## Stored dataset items
========================

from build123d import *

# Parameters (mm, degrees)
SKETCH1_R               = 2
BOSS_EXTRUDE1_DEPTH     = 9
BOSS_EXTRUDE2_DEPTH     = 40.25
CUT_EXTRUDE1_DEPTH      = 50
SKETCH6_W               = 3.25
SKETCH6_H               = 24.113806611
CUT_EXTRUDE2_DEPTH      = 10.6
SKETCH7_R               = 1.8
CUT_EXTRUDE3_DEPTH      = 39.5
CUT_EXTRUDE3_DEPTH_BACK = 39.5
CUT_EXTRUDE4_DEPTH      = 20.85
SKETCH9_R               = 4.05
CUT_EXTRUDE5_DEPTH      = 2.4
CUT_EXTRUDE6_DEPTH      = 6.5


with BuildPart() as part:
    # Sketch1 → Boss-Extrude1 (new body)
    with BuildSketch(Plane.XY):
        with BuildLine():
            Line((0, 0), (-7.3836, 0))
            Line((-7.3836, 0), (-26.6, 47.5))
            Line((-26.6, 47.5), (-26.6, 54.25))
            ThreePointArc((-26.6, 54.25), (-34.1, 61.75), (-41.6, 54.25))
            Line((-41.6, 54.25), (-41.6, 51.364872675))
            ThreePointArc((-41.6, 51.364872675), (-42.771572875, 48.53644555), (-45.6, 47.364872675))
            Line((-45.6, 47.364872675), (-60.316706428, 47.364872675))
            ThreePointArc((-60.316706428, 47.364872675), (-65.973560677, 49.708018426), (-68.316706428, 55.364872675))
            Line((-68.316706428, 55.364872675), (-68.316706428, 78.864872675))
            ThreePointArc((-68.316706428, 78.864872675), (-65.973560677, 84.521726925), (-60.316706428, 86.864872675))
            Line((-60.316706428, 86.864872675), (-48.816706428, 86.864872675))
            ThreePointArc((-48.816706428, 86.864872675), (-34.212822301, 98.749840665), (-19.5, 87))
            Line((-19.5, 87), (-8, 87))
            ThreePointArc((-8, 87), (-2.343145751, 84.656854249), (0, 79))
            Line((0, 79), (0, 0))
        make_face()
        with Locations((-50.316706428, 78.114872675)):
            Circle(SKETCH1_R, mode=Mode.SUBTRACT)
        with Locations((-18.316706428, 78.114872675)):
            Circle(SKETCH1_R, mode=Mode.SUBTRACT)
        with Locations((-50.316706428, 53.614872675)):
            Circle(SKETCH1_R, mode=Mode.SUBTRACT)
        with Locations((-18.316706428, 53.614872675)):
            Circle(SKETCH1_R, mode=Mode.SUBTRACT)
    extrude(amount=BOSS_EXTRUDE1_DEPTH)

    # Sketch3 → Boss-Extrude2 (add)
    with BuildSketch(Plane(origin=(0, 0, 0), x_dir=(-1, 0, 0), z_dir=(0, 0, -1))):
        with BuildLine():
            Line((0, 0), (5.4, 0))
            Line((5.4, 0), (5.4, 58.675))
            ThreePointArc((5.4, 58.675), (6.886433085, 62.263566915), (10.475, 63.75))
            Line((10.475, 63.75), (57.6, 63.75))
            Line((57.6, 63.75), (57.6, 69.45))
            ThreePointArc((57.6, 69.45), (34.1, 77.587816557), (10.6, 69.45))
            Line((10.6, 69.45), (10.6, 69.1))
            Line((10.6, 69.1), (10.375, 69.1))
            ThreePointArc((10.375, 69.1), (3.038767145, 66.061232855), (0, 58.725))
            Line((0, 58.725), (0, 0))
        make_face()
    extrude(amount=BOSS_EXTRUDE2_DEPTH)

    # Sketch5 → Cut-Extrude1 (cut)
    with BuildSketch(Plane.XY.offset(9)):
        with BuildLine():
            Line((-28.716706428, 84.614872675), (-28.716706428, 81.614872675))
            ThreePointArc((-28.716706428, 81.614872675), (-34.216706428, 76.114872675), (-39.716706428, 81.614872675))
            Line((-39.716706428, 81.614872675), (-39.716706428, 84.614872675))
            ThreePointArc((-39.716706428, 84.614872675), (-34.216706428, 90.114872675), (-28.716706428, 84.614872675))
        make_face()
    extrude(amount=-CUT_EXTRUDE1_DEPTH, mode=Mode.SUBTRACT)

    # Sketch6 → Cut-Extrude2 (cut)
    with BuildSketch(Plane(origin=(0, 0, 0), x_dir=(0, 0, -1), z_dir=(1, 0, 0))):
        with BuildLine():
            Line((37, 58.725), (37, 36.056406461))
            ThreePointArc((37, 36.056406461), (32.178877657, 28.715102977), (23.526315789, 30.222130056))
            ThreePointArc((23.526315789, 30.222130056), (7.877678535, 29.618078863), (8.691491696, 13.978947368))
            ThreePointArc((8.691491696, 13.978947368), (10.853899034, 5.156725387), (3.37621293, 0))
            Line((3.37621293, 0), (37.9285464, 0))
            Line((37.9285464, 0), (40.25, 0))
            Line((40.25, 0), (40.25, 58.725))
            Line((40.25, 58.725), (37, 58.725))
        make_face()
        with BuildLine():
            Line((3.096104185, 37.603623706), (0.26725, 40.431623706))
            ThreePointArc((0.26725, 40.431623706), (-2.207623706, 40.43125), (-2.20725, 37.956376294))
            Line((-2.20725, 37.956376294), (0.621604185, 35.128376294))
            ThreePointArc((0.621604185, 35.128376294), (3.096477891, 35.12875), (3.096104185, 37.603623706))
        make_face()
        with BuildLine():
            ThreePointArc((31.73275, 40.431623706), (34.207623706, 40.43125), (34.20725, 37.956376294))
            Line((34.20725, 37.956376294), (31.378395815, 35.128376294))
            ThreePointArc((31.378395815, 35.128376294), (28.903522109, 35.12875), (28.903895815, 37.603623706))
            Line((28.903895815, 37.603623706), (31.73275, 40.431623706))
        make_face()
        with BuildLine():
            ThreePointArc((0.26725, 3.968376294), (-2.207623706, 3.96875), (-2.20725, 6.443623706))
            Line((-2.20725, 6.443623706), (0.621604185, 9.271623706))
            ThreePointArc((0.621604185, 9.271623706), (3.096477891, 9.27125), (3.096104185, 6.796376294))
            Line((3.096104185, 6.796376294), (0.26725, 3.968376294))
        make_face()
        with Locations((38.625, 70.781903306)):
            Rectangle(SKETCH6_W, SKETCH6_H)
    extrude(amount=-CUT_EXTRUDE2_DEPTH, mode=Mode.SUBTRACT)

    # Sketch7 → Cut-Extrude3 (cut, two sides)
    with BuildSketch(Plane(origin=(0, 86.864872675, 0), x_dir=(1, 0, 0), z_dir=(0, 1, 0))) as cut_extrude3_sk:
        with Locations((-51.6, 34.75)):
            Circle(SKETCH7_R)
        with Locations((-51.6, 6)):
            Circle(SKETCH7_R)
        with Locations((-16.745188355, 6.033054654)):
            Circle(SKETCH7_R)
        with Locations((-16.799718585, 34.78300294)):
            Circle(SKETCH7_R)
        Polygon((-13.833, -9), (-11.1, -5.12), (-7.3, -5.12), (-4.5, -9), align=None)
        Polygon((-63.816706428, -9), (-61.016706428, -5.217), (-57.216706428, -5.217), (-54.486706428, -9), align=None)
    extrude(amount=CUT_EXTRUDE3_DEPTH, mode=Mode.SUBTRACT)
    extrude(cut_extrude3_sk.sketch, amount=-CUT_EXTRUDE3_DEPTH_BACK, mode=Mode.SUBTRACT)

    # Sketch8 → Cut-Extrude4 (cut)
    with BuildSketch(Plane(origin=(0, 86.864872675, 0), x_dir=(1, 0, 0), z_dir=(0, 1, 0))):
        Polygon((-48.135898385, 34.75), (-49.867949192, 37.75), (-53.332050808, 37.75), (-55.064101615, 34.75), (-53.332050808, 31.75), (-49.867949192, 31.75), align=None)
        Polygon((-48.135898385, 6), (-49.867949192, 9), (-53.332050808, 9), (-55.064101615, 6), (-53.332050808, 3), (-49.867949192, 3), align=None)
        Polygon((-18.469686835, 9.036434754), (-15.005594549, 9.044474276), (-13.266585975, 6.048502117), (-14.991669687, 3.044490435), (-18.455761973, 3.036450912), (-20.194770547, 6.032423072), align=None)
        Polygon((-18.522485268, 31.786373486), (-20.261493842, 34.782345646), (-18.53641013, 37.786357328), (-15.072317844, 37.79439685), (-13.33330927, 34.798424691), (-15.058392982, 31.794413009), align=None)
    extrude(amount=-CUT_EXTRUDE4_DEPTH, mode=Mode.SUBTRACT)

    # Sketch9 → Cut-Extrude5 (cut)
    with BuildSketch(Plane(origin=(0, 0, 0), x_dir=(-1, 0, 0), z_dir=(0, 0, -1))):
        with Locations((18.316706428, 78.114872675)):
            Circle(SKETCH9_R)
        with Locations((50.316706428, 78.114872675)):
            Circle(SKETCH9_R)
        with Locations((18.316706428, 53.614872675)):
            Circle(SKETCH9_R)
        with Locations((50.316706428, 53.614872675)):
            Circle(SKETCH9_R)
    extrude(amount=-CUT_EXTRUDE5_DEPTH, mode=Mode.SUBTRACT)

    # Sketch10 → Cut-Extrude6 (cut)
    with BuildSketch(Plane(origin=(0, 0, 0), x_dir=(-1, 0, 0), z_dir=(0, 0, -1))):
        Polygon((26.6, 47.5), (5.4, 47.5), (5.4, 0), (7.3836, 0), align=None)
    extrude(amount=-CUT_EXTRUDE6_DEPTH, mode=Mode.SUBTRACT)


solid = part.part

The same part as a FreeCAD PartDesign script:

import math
import FreeCAD as App
import Part
import Sketcher

V = App.Vector
Q = App.Units.Quantity


def add_polygon(sketch, points):
    """Adds a closed chain of lines whose ends are joined by coincident constraints."""
    first, n = sketch.GeometryCount, len(points)
    for a, b in zip(points, points[1:] + points[:1]):
        sketch.addGeometry(Part.LineSegment(App.Vector(*a, 0), App.Vector(*b, 0)), False)
    for i in range(n):
        sketch.addConstraint(Sketcher.Constraint("Coincident", first + i, 2, first + (i + 1) % n, 1))

doc = App.newDocument("Part")
body = doc.addObject("PartDesign::Body", "Body")

sketch1 = body.newObject("Sketcher::SketchObject", "Sketch")
sketch1.AttachmentSupport = (doc.getObject("XY_Plane"), [""])
sketch1.MapMode = "FlatFace"
sketch1.addGeometry(Part.LineSegment(V(-7.3836, 0, 0), V(0, 0, 0)), False)
sketch1.addGeometry(Part.LineSegment(V(0, 0, 0), V(0, 79, 0)), False)
sketch1.addGeometry(Part.ArcOfCircle(Part.Circle(V(-8, 79, 0), V(0, 0, 1), 8), math.radians(0), math.radians(90)), False)
sketch1.addGeometry(Part.LineSegment(V(-8, 87, 0), V(-19.5, 87, 0)), False)
sketch1.addGeometry(Part.ArcOfCircle(Part.Circle(V(-34.143685, 83.75, 0), V(0, 0, 1), 15), math.radians(12.513325), math.radians(168.014849)), False)
sketch1.addGeometry(Part.LineSegment(V(-48.816706, 86.864873, 0), V(-60.316706, 86.864873, 0)), False)
sketch1.addGeometry(Part.ArcOfCircle(Part.Circle(V(-60.316706, 78.864873, 0), V(0, 0, 1), 8), math.radians(90), math.radians(180)), False)
sketch1.addGeometry(Part.LineSegment(V(-68.316706, 78.864873, 0), V(-68.316706, 55.364873, 0)), False)
sketch1.addGeometry(Part.ArcOfCircle(Part.Circle(V(-60.316706, 55.364873, 0), V(0, 0, 1), 8), math.radians(-180), math.radians(-90)), False)
sketch1.addGeometry(Part.LineSegment(V(-60.316706, 47.364873, 0), V(-45.6, 47.364873, 0)), False)
sketch1.addGeometry(Part.ArcOfCircle(Part.Circle(V(-45.6, 51.364873, 0), V(0, 0, 1), 4), math.radians(-90), math.radians(0)), False)
sketch1.addGeometry(Part.LineSegment(V(-41.6, 51.364873, 0), V(-41.6, 54.25, 0)), False)
sketch1.addGeometry(Part.ArcOfCircle(Part.Circle(V(-34.1, 54.25, 0), V(0, 0, 1), 7.5), math.radians(0), math.radians(180)), False)
sketch1.addGeometry(Part.LineSegment(V(-26.6, 54.25, 0), V(-26.6, 47.5, 0)), False)
sketch1.addGeometry(Part.LineSegment(V(-26.6, 47.5, 0), V(-7.3836, 0, 0)), False)
sketch1.addGeometry(Part.Circle(V(-18.316706, 53.614873, 0), V(0, 0, 1), 2), False)
sketch1.addGeometry(Part.Circle(V(-50.316706, 53.614873, 0), V(0, 0, 1), 2), False)
sketch1.addGeometry(Part.Circle(V(-18.316706, 78.114873, 0), V(0, 0, 1), 2), False)
sketch1.addGeometry(Part.Circle(V(-50.316706, 78.114873, 0), V(0, 0, 1), 2), False)
sketch1.addConstraint(Sketcher.Constraint("Coincident", 0, 2, 1, 1))
sketch1.addConstraint(Sketcher.Constraint("Tangent", 1, 2, 2, 1))
sketch1.addConstraint(Sketcher.Constraint("Tangent", 2, 2, 3, 1))
sketch1.addConstraint(Sketcher.Constraint("Coincident", 3, 2, 4, 1))
sketch1.addConstraint(Sketcher.Constraint("Coincident", 4, 2, 5, 1))
sketch1.addConstraint(Sketcher.Constraint("Tangent", 5, 2, 6, 1))
sketch1.addConstraint(Sketcher.Constraint("Tangent", 6, 2, 7, 1))
sketch1.addConstraint(Sketcher.Constraint("Tangent", 7, 2, 8, 1))
sketch1.addConstraint(Sketcher.Constraint("Tangent", 8, 2, 9, 1))
sketch1.addConstraint(Sketcher.Constraint("Tangent", 9, 2, 10, 1))
sketch1.addConstraint(Sketcher.Constraint("Tangent", 10, 2, 11, 1))
sketch1.addConstraint(Sketcher.Constraint("Tangent", 11, 2, 12, 2))
sketch1.addConstraint(Sketcher.Constraint("Tangent", 12, 1, 13, 1))
sketch1.addConstraint(Sketcher.Constraint("Coincident", 13, 2, 14, 1))
sketch1.addConstraint(Sketcher.Constraint("Coincident", 14, 2, 0, 1))
sketch1.addConstraint(Sketcher.Constraint("Horizontal", 0))
sketch1.addConstraint(Sketcher.Constraint("Vertical", 1))
sketch1.addConstraint(Sketcher.Constraint("Horizontal", 3))
sketch1.addConstraint(Sketcher.Constraint("Horizontal", 5))
sketch1.addConstraint(Sketcher.Constraint("Vertical", 7))
sketch1.addConstraint(Sketcher.Constraint("Horizontal", 9))
sketch1.addConstraint(Sketcher.Constraint("Vertical", 11))
sketch1.addConstraint(Sketcher.Constraint("Vertical", 13))
sketch1.addConstraint(Sketcher.Constraint("Coincident", 0, 2, -1, 1))
sketch1.addConstraint(Sketcher.Constraint("Equal", 2, 6))
sketch1.addConstraint(Sketcher.Constraint("Equal", 6, 8))
sketch1.addConstraint(Sketcher.Constraint("Equal", 15, 16))
sketch1.addConstraint(Sketcher.Constraint("Equal", 16, 17))
sketch1.addConstraint(Sketcher.Constraint("Equal", 17, 18))
sketch1.addConstraint(Sketcher.Constraint("Horizontal", 15, 3, 16, 3))
sketch1.addConstraint(Sketcher.Constraint("Horizontal", 17, 3, 18, 3))
sketch1.addConstraint(Sketcher.Constraint("Vertical", 15, 3, 17, 3))
sketch1.addConstraint(Sketcher.Constraint("Vertical", 16, 3, 18, 3))
sketch1.addConstraint(Sketcher.Constraint("Equal", 3, 5))
sketch1.addConstraint(Sketcher.Constraint("Diameter", 15, 4.0))
sketch1.addConstraint(Sketcher.Constraint("Radius", 2, 8.0))
sketch1.addConstraint(Sketcher.Constraint("Radius", 4, 15.0))
sketch1.addConstraint(Sketcher.Constraint("Radius", 10, 4.0))
sketch1.addConstraint(Sketcher.Constraint("Radius", 12, 7.5))
sketch1.addConstraint(Sketcher.Constraint("DistanceY", 1, 1, 1, 2, 79.0))
sketch1.addConstraint(Sketcher.Constraint("DistanceX", 3, 2, 3, 1, 11.5))
sketch1.addConstraint(Sketcher.Constraint("DistanceY", 7, 2, 7, 1, 23.5))
sketch1.addConstraint(Sketcher.Constraint("DistanceX", 8, 3, 15, 3, 42.0))
sketch1.addConstraint(Sketcher.Constraint("DistanceX", 8, 3, 16, 3, 10.0))
sketch1.addConstraint(Sketcher.Constraint("DistanceY", 13, 2, 13, 1, 6.75))
sketch1.addConstraint(Sketcher.Constraint("DistanceX", 10, 3, -1, 1, 45.6))
sketch1.addConstraint(Sketcher.Constraint("DistanceY", -1, 1, 13, 2, 47.5))
sketch1.addConstraint(Sketcher.Constraint("DistanceY", 12, 3, 4, 3, 29.5))
sketch1.addConstraint(Sketcher.Constraint("DistanceY", 15, 3, 17, 3, 24.5))
sketch1.addConstraint(Sketcher.Constraint("DistanceY", 10, 3, 15, 3, 2.25))
sketch1.addConstraint(Sketcher.Constraint("DistanceX", 0, 1, 0, 2, 7.3836))
sketch1.addConstraint(Sketcher.Constraint("DistanceX", 9, 1, 9, 2, 14.716706))
pad1 = body.newObject("PartDesign::Pad", "Pad")
pad1.Profile = sketch1
pad1.Length = 9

========================

## Your assignment
Exact duplication is required for the lines above, from the line that contains "(-4.5, -9), align=None)" to the line that contains "# Sketch9 → Cut-Extrude5 (cut)", inclusive; omit all others.

## Result
        Polygon((-13.833, -9), (-11.1, -5.12), (-7.3, -5.12), (-4.5, -9), align=None)
        Polygon((-63.816706428, -9), (-61.016706428, -5.217), (-57.216706428, -5.217), (-54.486706428, -9), align=None)
    extrude(amount=CUT_EXTRUDE3_DEPTH, mode=Mode.SUBTRACT)
    extrude(cut_extrude3_sk.sketch, amount=-CUT_EXTRUDE3_DEPTH_BACK, mode=Mode.SUBTRACT)

    # Sketch8 → Cut-Extrude4 (cut)
    with BuildSketch(Plane(origin=(0, 86.864872675, 0), x_dir=(1, 0, 0), z_dir=(0, 1, 0))):
        Polygon((-48.135898385, 34.75), (-49.867949192, 37.75), (-53.332050808, 37.75), (-55.064101615, 34.75), (-53.332050808, 31.75), (-49.867949192, 31.75), align=None)
        Polygon((-48.135898385, 6), (-49.867949192, 9), (-53.332050808, 9), (-55.064101615, 6), (-53.332050808, 3), (-49.867949192, 3), align=None)
        Polygon((-18.469686835, 9.036434754), (-15.005594549, 9.044474276), (-13.266585975, 6.048502117), (-14.991669687, 3.044490435), (-18.455761973, 3.036450912), (-20.194770547, 6.032423072), align=None)
        Polygon((-18.522485268, 31.786373486), (-20.261493842, 34.782345646), (-18.53641013, 37.786357328), (-15.072317844, 37.79439685), (-13.33330927, 34.798424691), (-15.058392982, 31.794413009), align=None)
    extrude(amount=-CUT_EXTRUDE4_DEPTH, mode=Mode.SUBTRACT)

    # Sketch9 → Cut-Extrude5 (cut)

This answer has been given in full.